Tuesday 16 July 2013

Once you go black...

About a year ago, I started drinking coffee black.

I don't know what facilitated this change in my habits, but it seems to fit into a decade-long pattern: I went from milk with three sugars (yes, I know) to milk with one, to just the coffee.

And I like it.

Twin Peaks' FBI Special Agent Dale Cooper, renowned coffee aficionado.
In fact, I have no idea why I ever drank it with milk in the first place. In its unadulterated form, coffee is what other beverages dream that they might be when the grow up: strong, flavoursome and with that caffeine burst that kicks you in the back of the knee, slaps you around the head and screams "GOOD MORNING!" right in your face.

But it's also much more subtle and I have - I'm sorry to admit - become something of a coffee snob since going 'no lait'. While I still guzzle back freeze-dried instant - because who has time to percolate on a school day, right? - the cheaper brands just don't cut it anymore. Instant coffee is the epitome of a utilitarian solution.

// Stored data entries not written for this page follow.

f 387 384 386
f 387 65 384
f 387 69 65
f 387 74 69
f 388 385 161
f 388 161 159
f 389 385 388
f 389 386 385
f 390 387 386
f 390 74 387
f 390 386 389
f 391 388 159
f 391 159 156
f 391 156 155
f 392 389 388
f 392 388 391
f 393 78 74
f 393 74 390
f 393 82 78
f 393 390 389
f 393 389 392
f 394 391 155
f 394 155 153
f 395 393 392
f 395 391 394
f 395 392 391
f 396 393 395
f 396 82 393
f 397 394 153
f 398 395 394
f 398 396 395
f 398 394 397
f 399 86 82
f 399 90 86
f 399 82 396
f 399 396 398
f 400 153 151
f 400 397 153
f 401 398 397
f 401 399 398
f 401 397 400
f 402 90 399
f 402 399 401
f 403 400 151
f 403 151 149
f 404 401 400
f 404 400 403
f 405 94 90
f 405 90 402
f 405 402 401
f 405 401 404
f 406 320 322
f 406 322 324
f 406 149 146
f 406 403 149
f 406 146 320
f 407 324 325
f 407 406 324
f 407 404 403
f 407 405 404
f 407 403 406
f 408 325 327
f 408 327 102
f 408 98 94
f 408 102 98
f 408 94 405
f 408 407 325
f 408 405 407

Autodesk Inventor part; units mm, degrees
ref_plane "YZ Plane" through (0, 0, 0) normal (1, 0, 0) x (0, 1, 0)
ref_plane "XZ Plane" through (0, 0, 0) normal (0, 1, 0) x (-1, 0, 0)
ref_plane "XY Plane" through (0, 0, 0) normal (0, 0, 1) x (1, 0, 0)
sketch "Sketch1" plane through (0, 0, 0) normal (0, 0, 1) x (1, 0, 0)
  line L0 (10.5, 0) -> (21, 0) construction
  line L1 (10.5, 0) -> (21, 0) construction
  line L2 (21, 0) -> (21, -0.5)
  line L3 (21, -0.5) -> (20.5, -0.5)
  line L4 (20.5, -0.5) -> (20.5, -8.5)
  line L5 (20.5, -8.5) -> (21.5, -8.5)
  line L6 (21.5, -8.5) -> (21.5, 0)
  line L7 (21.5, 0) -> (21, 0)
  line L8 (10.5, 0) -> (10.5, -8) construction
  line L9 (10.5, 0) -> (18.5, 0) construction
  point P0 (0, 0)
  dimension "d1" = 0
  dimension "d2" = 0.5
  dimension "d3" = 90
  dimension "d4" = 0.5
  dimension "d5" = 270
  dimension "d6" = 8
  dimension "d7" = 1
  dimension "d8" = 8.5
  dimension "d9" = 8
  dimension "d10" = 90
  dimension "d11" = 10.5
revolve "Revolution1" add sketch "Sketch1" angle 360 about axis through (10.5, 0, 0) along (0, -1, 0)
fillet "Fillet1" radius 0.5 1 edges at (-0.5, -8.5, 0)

This has resulted in my becoming less forgiving towards those outlets that use poor quality beans, or murder them during the brewing process.

A bold statement
Now, when I buy a to-go coffee, whether from Starbucks, Costa or *shudder* Nero, I tend to order a latte. There are a couple of reasons for this: a black coffee will generally take too long to cool down on its own (and I'm a gulper with little/no patience) and the milk can easily cover any bean-related sins. Or at least take the edge off.

There is a cafe that I walk past every day but never enter (their idea of 'breakfast' is fruit, porridge and seeds - I doubt that there is any bacon on the premises) but once - feeling that pang of caffeine desire - I went in and ordered a coffee.

It was a  small black coffee to go and was without question the worst cup of coffee that I've ever had.

Seriously.

Where was the flavour? The taste (not the burnt aftertaste, mind - there was plenty of that) was almost non existent. It was watery and thin and wanted to be put out of its misery. If I'd there had been a nearby barn, I would have taken this coffee around the back of it with a shotgun and done the merciful thing. *

I digress. Coffee is wonderful: it's good for you or at least not bad for you if as with anything else in life it is taken in moderation.

Although not, as it turns out, with milk and sugar.

This guy.

* You know what, I don't think that they deserve anonymity for such a reprehensible brew.  It was Yorks on Newhall Street.  FOR SHAME!